Some forms of testing can be useful in describing the problem domain and
expectations in a more approachable/transparent way, and those tests can be
used as part of an ensemble of methods to attempt to ensure the model
represents the designer's intent, and that the implementation conforms to the
model.

It's also extremely unlikely that even if you're able to verify your software,
that every other part of the stack/system will have the same assurances, and
in those cases some forms of testing can also be useful for building trust in
components that you have no proof for.

Disclaimer: this set of problems is what my company works on for life-critical
systems.

------
z3t4
About 15 years ago it was good practice in JavaScript to check the function
parameters to make sure the caller didn't do anything wrong, which would throw
a friendly error message to the developer. But this seem to be thrown upon by
new developers, they argue that it's "code clutter". This "code clutter"
however solves almost all problems with the dynamic nature of JavaScript.
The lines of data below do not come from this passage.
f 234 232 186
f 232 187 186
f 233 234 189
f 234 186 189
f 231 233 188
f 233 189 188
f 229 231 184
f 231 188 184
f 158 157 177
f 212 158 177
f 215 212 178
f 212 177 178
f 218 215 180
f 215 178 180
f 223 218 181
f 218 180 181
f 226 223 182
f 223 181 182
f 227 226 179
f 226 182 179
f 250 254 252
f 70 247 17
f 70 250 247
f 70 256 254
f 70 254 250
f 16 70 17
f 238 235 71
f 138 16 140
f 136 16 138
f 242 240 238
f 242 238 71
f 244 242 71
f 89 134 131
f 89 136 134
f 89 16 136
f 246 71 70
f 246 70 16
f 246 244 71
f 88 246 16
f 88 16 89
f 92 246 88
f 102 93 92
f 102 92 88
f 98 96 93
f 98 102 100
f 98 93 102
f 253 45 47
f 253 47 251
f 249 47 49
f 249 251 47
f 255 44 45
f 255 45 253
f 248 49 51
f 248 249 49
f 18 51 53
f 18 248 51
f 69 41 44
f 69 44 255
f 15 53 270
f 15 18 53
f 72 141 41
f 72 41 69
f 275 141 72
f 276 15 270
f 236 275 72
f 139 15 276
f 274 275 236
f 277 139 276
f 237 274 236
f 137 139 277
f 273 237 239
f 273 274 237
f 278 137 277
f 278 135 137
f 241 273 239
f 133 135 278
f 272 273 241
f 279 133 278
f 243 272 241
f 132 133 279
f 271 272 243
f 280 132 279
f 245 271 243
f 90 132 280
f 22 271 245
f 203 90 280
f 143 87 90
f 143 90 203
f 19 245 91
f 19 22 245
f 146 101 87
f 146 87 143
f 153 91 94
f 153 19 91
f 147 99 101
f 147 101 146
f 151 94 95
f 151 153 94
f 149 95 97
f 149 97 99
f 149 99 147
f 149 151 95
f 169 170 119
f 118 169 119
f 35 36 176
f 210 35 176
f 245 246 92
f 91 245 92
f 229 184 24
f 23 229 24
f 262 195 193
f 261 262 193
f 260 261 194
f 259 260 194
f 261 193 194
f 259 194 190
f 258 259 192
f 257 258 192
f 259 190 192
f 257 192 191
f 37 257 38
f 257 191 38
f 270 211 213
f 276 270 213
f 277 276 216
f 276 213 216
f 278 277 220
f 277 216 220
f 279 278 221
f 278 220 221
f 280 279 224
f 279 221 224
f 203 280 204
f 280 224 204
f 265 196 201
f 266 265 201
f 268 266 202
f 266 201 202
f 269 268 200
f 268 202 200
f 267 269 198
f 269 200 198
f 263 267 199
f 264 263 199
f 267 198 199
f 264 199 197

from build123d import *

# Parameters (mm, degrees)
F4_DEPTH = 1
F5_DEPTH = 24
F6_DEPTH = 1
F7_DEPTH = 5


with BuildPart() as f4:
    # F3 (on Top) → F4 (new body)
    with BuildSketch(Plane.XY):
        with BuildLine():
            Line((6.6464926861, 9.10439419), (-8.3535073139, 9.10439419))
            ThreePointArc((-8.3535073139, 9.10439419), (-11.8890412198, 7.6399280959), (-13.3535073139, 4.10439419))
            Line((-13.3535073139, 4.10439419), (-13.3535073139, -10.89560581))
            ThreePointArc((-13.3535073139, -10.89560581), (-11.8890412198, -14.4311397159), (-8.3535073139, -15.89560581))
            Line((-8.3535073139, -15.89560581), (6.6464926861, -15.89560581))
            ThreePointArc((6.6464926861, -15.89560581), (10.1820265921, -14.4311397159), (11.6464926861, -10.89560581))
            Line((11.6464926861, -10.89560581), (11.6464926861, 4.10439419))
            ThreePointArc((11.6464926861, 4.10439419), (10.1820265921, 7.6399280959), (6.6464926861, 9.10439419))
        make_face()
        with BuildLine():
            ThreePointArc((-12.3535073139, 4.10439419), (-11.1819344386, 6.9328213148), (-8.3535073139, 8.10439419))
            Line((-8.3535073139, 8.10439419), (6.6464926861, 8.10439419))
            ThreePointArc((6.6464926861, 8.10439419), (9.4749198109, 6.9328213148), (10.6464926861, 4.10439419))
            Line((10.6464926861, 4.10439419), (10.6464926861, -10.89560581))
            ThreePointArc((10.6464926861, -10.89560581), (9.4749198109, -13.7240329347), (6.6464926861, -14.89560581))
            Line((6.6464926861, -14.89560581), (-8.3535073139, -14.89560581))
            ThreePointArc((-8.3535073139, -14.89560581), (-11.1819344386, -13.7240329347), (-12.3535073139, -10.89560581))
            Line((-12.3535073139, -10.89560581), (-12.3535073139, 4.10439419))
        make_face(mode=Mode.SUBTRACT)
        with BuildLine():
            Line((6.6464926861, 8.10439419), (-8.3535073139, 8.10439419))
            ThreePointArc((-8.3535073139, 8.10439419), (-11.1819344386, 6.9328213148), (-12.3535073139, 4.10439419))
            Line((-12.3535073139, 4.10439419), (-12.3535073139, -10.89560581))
Also
type annotations and static typing do not substitute good documentation, nor
does it substitute testing.

------
jononor
This combined with TypeScript (which seems to be on their roadmap), and
property-based testing ala QuickCheck would be a serious toolkit for writing
more correct JavaScript.

------
roywiggins
This is tangential but this is the second post recently using fancy ligature
fonts in code examples and it's... jarring.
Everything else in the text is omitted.